» **Try it**: Restate word for word the lines in the listing below, starting at the line containing "v 80.299 54.989 0" and ending at the line containing "v 76.396 49.264 18", both included; leave out the rest.
=== Material shown ===
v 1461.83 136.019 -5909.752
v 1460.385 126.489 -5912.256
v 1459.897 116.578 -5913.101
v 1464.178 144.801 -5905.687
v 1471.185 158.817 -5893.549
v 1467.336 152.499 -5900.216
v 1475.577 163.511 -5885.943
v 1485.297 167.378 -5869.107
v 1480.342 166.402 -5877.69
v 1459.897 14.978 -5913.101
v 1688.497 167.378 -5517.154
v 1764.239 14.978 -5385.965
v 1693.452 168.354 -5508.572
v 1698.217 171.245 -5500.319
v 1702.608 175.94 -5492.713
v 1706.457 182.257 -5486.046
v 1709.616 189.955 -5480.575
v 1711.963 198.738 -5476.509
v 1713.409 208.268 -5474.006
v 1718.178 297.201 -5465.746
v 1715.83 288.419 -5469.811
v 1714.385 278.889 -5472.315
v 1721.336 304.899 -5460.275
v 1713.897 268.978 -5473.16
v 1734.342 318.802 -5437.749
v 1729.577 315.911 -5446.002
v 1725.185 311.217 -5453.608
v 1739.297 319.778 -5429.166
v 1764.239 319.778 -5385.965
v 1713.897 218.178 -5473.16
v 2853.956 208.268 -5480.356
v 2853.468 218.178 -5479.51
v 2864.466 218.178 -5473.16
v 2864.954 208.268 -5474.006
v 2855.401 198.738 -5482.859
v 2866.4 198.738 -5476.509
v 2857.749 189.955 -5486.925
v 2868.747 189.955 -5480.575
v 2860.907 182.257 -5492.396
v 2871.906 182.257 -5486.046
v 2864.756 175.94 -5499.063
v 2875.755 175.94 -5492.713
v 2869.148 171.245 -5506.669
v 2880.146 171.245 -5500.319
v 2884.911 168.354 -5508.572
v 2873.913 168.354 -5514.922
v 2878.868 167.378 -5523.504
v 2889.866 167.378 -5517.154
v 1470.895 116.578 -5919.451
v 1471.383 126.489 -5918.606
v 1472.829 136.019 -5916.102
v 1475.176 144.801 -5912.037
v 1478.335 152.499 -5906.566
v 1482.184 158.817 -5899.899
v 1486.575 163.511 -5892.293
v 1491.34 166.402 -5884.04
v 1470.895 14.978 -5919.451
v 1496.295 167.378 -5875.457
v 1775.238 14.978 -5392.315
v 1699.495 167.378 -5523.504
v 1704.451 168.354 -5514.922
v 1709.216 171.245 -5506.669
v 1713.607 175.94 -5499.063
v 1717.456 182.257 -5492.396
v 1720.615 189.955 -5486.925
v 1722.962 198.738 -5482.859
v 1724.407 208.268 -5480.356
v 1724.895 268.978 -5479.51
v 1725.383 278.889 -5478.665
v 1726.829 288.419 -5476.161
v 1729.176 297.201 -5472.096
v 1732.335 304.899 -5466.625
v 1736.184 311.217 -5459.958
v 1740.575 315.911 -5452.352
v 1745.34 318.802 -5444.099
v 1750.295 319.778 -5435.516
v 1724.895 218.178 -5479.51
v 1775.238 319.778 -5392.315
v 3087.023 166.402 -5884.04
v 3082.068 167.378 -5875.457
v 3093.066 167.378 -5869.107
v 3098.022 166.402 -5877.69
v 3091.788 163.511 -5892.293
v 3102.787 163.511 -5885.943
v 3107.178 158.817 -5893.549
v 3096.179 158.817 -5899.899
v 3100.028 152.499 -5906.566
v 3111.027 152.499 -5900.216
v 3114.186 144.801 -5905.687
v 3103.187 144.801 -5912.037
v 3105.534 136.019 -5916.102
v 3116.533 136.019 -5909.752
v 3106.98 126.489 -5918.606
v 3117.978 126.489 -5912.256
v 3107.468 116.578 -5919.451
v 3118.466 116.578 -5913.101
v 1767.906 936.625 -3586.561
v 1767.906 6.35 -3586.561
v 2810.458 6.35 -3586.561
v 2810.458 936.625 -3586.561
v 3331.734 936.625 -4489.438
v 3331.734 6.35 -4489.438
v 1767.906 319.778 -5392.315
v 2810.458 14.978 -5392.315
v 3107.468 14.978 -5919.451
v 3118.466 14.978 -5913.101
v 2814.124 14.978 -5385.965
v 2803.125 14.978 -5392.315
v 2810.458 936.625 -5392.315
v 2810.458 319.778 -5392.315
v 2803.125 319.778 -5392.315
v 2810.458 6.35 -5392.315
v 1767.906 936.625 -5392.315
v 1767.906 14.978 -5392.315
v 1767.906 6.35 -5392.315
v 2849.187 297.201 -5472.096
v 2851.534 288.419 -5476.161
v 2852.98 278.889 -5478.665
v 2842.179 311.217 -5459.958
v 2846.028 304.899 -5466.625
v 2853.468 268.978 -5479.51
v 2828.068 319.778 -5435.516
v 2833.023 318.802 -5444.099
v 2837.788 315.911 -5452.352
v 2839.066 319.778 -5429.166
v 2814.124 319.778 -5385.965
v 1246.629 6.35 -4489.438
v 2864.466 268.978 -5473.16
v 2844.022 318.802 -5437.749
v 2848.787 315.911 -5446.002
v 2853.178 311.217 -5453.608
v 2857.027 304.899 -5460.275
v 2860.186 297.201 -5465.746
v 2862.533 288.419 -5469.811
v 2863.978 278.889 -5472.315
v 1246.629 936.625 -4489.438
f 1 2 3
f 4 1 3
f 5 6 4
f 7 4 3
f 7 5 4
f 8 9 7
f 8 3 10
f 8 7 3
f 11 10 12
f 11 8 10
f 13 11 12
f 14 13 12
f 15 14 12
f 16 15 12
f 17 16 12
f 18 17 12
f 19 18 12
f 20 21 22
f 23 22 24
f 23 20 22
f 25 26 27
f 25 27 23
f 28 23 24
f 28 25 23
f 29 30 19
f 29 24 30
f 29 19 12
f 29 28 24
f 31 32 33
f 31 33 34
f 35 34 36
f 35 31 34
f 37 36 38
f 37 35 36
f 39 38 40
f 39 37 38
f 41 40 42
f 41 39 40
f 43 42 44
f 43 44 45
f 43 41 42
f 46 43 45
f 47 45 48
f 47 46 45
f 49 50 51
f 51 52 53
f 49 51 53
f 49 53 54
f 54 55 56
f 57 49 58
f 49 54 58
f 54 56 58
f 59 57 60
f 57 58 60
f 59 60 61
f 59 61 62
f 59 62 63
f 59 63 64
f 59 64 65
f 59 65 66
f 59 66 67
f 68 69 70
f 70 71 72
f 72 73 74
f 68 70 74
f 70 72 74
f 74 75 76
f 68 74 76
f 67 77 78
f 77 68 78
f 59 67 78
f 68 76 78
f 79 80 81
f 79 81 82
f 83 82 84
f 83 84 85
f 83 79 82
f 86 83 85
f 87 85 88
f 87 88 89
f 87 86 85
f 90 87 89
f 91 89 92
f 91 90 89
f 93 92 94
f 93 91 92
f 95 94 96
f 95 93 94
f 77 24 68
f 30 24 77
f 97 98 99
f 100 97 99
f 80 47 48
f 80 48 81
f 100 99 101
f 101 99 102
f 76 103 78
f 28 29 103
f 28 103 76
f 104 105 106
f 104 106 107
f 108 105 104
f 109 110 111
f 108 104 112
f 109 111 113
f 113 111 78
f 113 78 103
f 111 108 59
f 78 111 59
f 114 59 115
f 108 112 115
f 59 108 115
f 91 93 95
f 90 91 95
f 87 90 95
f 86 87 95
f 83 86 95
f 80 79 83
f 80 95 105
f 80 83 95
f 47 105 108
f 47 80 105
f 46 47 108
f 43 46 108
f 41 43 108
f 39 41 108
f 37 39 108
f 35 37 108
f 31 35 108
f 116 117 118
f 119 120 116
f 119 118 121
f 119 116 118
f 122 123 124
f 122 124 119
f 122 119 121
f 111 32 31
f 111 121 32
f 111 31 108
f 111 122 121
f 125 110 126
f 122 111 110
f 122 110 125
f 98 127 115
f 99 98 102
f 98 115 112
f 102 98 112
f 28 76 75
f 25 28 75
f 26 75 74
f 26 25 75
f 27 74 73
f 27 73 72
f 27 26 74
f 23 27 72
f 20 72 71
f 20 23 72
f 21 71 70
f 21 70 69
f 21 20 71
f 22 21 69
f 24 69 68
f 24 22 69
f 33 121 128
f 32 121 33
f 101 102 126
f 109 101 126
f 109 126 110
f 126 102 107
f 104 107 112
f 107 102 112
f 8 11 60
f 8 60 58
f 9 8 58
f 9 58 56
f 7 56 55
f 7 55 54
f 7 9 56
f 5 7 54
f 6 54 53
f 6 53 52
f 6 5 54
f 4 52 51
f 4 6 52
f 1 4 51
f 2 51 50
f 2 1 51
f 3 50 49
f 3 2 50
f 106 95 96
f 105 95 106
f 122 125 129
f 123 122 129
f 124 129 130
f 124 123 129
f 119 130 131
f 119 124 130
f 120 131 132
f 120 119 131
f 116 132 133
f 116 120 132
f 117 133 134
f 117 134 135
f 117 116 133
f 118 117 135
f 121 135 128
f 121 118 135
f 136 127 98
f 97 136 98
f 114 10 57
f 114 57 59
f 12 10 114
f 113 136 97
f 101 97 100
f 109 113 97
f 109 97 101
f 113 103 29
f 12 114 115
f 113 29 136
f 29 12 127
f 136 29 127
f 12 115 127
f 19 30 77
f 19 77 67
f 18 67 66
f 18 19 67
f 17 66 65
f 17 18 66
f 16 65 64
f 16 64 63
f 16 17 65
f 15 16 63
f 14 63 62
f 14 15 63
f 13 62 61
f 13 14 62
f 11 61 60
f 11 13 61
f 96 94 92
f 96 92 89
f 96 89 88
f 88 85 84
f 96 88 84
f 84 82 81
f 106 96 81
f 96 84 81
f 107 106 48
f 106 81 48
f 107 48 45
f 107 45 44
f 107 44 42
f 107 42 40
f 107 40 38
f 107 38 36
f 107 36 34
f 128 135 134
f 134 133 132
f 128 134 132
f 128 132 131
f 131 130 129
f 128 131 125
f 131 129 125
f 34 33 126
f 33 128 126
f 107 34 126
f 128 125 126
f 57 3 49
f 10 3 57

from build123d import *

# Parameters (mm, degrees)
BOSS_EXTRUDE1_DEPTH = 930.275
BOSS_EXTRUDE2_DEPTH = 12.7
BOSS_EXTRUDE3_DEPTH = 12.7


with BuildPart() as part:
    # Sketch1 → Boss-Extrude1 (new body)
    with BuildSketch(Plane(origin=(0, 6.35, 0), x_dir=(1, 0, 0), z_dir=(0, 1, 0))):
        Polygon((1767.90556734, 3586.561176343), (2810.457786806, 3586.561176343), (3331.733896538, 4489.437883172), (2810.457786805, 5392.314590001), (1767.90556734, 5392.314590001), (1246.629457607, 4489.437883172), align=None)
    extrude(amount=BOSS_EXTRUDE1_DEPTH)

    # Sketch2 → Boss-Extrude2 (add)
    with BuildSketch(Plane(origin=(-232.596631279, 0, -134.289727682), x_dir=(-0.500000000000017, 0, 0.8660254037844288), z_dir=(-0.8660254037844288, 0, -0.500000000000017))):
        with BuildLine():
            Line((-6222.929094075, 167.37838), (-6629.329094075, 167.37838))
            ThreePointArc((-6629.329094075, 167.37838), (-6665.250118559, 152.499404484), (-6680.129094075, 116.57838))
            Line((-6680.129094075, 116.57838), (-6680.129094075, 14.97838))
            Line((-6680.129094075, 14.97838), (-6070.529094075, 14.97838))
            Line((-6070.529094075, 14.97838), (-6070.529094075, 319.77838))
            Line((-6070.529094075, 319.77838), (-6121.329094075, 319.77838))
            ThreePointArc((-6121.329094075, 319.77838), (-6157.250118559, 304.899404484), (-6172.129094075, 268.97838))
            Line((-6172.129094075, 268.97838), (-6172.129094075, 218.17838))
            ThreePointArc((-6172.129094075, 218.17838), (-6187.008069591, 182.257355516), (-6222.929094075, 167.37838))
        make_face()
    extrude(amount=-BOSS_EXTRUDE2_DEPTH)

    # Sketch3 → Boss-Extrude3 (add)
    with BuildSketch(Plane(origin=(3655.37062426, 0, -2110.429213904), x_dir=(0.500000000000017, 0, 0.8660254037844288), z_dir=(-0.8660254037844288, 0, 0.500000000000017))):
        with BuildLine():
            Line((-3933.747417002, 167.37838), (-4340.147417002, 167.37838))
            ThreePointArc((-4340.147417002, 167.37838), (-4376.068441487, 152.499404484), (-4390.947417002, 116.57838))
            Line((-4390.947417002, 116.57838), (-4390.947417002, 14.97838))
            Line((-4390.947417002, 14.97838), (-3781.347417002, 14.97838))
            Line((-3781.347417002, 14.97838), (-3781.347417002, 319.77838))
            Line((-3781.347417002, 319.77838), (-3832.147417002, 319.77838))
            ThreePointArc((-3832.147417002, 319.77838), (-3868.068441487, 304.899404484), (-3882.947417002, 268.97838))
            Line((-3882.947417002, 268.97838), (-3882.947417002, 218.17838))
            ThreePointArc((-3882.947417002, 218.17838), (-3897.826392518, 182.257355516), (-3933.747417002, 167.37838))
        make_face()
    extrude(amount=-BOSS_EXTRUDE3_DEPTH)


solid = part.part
===
=== Material shown ===
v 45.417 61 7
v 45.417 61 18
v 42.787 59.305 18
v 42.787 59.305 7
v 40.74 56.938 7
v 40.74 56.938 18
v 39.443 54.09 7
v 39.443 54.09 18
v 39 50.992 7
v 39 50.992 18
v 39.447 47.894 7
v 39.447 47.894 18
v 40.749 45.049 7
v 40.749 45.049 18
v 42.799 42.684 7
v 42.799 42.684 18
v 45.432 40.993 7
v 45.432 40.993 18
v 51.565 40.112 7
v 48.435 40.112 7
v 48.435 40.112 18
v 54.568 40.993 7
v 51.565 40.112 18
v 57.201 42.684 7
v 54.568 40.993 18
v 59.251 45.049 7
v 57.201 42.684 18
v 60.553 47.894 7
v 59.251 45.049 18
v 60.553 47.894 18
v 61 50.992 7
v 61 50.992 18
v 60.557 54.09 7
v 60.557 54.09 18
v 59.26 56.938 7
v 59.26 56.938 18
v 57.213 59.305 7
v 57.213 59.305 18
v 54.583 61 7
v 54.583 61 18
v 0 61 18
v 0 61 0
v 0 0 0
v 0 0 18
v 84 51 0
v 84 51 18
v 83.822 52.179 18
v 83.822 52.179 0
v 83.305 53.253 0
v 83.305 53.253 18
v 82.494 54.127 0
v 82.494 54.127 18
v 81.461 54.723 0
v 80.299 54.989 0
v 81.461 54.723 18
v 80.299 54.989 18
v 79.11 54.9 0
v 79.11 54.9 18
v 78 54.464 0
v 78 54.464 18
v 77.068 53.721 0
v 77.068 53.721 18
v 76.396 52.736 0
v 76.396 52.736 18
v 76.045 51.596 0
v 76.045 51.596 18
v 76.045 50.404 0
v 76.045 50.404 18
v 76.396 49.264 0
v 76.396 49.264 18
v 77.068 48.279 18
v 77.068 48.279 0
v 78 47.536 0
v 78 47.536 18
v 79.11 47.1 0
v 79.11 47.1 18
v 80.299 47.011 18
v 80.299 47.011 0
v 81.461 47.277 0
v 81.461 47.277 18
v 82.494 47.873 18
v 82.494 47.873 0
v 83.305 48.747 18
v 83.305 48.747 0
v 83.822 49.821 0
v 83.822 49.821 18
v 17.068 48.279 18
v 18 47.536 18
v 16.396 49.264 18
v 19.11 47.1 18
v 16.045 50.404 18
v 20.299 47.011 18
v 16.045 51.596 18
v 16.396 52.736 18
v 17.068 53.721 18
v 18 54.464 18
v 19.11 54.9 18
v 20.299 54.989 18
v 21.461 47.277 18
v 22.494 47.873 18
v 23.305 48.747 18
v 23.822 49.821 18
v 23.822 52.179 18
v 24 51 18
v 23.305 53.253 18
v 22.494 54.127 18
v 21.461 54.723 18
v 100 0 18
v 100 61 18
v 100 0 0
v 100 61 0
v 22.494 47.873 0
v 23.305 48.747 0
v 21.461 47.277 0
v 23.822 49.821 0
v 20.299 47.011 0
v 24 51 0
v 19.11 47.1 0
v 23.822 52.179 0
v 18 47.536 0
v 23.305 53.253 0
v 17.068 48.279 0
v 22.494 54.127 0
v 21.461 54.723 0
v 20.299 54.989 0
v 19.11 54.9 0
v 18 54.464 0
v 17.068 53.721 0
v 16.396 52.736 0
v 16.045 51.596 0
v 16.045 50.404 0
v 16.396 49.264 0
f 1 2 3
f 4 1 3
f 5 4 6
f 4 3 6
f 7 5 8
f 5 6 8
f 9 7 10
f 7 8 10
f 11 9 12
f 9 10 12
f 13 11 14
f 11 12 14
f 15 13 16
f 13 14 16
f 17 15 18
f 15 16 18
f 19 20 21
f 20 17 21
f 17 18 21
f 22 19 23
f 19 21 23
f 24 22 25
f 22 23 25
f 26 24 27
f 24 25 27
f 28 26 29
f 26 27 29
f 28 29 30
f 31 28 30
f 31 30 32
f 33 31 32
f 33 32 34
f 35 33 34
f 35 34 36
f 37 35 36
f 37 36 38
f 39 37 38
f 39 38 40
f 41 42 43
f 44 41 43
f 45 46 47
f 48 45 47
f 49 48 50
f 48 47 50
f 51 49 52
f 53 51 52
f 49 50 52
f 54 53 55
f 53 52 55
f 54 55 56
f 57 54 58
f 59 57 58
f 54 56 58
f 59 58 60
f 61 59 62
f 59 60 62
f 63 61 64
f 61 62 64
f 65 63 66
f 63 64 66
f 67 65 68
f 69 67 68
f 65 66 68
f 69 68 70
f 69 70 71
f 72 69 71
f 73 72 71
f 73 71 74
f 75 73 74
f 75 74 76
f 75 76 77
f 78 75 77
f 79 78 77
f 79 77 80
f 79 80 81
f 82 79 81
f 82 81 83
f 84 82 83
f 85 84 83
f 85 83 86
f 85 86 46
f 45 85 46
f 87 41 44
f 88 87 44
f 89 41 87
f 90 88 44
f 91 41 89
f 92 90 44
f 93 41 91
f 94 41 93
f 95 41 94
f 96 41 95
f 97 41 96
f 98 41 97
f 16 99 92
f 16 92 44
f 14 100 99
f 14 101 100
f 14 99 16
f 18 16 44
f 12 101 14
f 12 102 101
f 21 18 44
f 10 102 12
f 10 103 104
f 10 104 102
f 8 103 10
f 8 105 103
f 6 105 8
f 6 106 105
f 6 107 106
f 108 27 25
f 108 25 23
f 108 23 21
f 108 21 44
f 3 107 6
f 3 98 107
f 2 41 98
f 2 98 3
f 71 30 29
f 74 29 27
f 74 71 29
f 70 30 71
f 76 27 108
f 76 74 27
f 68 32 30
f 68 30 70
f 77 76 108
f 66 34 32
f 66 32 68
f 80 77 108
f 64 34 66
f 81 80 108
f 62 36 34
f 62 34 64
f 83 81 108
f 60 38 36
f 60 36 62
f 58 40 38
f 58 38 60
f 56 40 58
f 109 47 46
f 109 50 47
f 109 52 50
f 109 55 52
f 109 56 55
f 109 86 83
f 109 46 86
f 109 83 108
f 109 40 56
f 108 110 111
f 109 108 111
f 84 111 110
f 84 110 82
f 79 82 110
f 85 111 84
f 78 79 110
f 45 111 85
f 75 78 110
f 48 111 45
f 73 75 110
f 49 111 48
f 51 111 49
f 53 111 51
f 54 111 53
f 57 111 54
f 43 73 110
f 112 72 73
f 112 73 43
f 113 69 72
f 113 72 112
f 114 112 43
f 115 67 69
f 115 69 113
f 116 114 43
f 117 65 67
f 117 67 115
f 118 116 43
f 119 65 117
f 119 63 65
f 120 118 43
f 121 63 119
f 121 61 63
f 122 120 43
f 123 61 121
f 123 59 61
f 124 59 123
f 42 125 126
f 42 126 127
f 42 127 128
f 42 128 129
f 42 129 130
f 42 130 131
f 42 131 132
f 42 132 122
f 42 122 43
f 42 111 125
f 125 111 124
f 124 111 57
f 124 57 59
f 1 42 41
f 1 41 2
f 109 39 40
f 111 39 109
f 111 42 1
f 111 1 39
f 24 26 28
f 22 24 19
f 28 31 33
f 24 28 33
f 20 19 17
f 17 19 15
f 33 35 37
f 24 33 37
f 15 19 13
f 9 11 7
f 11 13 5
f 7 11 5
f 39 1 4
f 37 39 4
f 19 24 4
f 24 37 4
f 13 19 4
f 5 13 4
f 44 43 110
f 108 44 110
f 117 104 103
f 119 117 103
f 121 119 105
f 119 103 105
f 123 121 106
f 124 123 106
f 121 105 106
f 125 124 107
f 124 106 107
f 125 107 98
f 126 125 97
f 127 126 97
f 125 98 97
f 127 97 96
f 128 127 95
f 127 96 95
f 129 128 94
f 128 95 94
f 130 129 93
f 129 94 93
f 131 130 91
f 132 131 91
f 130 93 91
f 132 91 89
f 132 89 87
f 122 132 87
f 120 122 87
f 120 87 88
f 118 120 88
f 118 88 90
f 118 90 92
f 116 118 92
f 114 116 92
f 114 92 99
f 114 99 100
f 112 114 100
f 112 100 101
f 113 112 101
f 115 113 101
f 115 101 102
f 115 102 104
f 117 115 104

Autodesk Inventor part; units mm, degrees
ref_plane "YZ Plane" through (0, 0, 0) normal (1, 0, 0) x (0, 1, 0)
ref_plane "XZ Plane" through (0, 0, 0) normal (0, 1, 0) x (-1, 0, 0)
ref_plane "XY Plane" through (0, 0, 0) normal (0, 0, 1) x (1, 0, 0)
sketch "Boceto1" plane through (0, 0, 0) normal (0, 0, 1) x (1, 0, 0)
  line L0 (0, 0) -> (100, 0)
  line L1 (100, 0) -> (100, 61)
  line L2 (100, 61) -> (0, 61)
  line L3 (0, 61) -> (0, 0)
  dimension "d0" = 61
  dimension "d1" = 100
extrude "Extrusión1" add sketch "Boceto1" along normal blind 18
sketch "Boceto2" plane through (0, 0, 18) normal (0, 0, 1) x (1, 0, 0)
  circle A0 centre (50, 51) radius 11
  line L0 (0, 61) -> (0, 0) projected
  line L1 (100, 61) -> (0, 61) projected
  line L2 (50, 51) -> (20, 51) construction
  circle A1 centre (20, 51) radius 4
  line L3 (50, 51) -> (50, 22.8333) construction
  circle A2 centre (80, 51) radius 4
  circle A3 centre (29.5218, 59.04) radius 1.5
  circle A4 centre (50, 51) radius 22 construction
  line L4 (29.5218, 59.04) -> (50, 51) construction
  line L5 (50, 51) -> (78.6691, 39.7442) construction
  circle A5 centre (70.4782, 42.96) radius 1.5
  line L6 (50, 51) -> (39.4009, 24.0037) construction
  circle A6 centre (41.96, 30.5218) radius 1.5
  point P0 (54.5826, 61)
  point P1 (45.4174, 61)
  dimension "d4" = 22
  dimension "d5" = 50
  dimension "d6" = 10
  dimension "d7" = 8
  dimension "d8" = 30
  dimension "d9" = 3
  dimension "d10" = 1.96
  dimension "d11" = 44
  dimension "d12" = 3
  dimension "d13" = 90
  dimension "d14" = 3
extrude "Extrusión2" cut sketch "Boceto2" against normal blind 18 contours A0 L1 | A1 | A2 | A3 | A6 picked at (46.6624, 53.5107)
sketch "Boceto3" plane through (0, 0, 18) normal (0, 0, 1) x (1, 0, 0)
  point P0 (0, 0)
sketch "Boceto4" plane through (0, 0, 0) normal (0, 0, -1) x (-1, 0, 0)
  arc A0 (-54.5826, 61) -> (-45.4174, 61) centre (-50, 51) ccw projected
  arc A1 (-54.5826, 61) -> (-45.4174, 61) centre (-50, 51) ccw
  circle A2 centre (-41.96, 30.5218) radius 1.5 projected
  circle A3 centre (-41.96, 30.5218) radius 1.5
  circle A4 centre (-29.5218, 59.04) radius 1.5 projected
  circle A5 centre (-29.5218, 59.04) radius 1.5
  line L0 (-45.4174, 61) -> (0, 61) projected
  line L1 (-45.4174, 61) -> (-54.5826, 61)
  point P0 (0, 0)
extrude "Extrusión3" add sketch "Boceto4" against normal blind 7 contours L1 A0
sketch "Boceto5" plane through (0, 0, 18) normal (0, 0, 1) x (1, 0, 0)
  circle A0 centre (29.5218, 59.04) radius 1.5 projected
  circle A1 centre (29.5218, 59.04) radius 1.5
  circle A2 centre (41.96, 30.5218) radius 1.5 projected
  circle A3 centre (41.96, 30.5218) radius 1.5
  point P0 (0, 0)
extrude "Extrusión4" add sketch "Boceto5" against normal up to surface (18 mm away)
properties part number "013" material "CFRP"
===
=== Material shown ===
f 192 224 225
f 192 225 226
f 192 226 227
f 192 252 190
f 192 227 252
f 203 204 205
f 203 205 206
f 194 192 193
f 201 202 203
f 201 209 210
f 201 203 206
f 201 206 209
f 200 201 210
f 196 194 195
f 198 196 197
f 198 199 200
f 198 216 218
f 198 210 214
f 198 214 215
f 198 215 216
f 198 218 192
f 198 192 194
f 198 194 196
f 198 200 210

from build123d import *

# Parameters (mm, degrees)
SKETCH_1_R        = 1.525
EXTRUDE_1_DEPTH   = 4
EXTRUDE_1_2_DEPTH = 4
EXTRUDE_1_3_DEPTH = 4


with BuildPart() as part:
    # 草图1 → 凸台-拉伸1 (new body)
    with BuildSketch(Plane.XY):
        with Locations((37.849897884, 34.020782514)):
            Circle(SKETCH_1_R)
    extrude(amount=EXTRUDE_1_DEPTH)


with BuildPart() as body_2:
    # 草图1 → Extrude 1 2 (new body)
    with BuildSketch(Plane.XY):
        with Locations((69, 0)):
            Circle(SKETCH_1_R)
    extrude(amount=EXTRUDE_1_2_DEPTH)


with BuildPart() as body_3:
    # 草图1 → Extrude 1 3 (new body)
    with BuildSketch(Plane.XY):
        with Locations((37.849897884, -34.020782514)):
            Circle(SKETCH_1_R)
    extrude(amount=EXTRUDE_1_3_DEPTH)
===
» **Answer to the problem**:
v 80.299 54.989 0
v 81.461 54.723 18
v 80.299 54.989 18
v 79.11 54.9 0
v 79.11 54.9 18
v 78 54.464 0
v 78 54.464 18
v 77.068 53.721 0
v 77.068 53.721 18
v 76.396 52.736 0
v 76.396 52.736 18
v 76.045 51.596 0
v 76.045 51.596 18
v 76.045 50.404 0
v 76.045 50.404 18
v 76.396 49.264 0
v 76.396 49.264 18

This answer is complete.